What lines in the entries below contain the word "FlatFace"? Copy all of them.

> [INPUT MATERIAL]:
━━━━━━━━━━

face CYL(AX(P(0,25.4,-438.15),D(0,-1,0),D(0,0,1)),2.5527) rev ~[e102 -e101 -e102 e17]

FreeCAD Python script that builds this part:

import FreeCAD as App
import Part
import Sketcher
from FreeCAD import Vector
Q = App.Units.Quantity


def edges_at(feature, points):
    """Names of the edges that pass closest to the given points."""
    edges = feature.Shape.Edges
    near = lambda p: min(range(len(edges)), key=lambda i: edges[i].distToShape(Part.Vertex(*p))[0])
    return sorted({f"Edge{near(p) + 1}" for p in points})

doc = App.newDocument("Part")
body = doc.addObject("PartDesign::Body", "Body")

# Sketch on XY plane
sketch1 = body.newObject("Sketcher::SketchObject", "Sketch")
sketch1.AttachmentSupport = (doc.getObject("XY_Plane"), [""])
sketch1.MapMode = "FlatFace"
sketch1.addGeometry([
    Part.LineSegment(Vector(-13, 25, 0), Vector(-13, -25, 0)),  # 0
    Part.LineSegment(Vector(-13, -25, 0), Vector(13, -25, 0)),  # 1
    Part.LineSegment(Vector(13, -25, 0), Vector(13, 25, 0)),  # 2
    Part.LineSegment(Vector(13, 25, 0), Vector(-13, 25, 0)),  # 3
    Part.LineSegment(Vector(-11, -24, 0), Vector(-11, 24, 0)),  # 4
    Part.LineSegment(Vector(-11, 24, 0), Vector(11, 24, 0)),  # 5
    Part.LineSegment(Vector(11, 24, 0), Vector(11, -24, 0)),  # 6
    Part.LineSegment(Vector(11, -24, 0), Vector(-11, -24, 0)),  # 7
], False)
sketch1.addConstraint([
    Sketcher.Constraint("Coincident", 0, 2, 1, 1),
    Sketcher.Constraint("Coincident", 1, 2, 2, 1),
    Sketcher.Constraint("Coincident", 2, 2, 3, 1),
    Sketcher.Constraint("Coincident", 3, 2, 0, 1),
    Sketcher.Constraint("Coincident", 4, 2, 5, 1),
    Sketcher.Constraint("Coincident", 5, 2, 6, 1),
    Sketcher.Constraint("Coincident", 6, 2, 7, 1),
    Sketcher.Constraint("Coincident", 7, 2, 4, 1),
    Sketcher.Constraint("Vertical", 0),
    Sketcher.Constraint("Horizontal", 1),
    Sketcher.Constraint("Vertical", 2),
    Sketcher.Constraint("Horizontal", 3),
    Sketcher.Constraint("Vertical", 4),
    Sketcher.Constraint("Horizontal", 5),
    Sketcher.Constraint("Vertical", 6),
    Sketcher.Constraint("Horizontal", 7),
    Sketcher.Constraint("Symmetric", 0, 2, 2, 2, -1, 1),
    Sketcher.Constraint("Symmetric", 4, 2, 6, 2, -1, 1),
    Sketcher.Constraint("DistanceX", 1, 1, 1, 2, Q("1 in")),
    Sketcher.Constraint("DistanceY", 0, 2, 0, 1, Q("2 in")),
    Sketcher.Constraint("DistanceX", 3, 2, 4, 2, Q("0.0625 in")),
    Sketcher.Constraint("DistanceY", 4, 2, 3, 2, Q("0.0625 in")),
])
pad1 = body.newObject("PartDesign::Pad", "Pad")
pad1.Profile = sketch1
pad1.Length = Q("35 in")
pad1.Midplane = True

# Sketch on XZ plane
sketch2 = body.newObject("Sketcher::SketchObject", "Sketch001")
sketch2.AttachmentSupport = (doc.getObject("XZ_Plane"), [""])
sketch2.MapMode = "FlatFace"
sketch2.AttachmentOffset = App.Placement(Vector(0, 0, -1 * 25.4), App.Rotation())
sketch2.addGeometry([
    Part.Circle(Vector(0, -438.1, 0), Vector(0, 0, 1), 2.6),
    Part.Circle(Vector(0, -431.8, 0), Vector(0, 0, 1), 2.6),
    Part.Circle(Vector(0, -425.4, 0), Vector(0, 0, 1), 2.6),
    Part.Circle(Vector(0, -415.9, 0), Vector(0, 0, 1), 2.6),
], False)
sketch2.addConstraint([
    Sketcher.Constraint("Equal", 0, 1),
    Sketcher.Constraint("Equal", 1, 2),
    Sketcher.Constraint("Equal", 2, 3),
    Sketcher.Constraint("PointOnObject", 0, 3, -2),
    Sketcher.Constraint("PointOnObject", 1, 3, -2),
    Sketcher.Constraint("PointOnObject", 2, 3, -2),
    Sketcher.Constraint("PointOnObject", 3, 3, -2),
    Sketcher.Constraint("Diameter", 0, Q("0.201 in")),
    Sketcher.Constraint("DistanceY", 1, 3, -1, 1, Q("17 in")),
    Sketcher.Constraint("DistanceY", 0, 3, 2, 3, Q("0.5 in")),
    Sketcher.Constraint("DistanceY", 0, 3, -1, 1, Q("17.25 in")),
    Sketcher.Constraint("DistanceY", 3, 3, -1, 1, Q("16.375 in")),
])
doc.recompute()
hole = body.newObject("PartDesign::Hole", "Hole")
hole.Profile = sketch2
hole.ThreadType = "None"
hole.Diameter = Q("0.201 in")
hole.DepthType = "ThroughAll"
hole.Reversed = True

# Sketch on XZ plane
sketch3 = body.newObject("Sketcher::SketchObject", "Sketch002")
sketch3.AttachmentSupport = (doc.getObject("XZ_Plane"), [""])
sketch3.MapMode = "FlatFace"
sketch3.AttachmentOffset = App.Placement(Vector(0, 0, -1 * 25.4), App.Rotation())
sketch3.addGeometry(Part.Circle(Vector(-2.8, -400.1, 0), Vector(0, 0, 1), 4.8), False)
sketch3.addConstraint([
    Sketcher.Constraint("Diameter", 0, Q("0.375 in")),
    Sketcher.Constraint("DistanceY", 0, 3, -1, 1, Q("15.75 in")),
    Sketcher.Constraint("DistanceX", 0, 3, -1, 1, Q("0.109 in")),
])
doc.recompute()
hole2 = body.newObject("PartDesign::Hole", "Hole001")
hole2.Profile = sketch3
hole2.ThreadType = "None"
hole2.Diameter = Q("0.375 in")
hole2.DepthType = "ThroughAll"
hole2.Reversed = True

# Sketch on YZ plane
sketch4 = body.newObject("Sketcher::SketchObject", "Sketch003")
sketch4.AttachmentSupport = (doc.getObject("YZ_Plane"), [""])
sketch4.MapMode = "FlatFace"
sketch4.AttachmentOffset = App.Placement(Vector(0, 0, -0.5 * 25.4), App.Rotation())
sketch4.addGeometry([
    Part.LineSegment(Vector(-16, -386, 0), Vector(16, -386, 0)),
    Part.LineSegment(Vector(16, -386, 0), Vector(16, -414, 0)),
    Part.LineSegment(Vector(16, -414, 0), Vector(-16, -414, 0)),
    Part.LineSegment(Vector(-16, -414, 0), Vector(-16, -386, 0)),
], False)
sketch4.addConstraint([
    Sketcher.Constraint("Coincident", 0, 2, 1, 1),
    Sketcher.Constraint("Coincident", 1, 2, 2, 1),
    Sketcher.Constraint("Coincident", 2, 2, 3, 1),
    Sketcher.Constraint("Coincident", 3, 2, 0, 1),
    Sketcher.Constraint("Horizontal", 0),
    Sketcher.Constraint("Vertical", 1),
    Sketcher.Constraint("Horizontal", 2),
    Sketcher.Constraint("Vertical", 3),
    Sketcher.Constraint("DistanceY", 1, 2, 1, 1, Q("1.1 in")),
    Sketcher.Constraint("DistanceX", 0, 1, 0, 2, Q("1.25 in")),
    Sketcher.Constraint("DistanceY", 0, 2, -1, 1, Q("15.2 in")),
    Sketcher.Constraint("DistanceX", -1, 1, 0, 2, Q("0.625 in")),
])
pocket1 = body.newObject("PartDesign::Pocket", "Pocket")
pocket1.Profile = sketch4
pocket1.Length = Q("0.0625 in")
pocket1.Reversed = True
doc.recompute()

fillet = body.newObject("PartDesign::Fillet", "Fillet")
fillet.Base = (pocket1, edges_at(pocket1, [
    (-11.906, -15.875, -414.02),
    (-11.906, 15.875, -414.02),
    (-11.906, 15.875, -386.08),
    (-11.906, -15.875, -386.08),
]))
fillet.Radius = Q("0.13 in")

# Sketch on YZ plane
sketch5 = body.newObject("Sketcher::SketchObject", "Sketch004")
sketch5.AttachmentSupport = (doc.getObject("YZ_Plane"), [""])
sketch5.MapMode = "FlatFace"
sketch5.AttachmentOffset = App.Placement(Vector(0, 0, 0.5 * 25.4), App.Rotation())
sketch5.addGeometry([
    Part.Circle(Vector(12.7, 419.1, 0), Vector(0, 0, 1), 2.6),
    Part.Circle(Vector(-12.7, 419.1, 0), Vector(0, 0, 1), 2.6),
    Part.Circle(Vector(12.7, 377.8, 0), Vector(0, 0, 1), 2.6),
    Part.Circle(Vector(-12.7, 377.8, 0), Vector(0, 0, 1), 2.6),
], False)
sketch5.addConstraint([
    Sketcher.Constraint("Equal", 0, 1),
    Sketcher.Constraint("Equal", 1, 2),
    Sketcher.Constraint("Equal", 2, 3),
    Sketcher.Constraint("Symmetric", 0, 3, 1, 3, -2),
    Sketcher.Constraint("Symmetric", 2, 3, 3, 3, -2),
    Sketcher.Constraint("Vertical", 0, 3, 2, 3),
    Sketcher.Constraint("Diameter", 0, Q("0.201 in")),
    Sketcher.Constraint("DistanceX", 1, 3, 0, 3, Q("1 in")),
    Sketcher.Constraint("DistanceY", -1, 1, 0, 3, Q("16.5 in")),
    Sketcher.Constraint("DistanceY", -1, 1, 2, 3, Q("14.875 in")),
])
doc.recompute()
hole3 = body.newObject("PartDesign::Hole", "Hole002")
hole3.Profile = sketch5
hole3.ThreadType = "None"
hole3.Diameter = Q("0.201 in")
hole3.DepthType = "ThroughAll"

━━━━━━━━━━

> [ANSWER SPACE]:
sketch1.MapMode = "FlatFace"
sketch2.MapMode = "FlatFace"
sketch3.MapMode = "FlatFace"
sketch4.MapMode = "FlatFace"
sketch5.MapMode = "FlatFace"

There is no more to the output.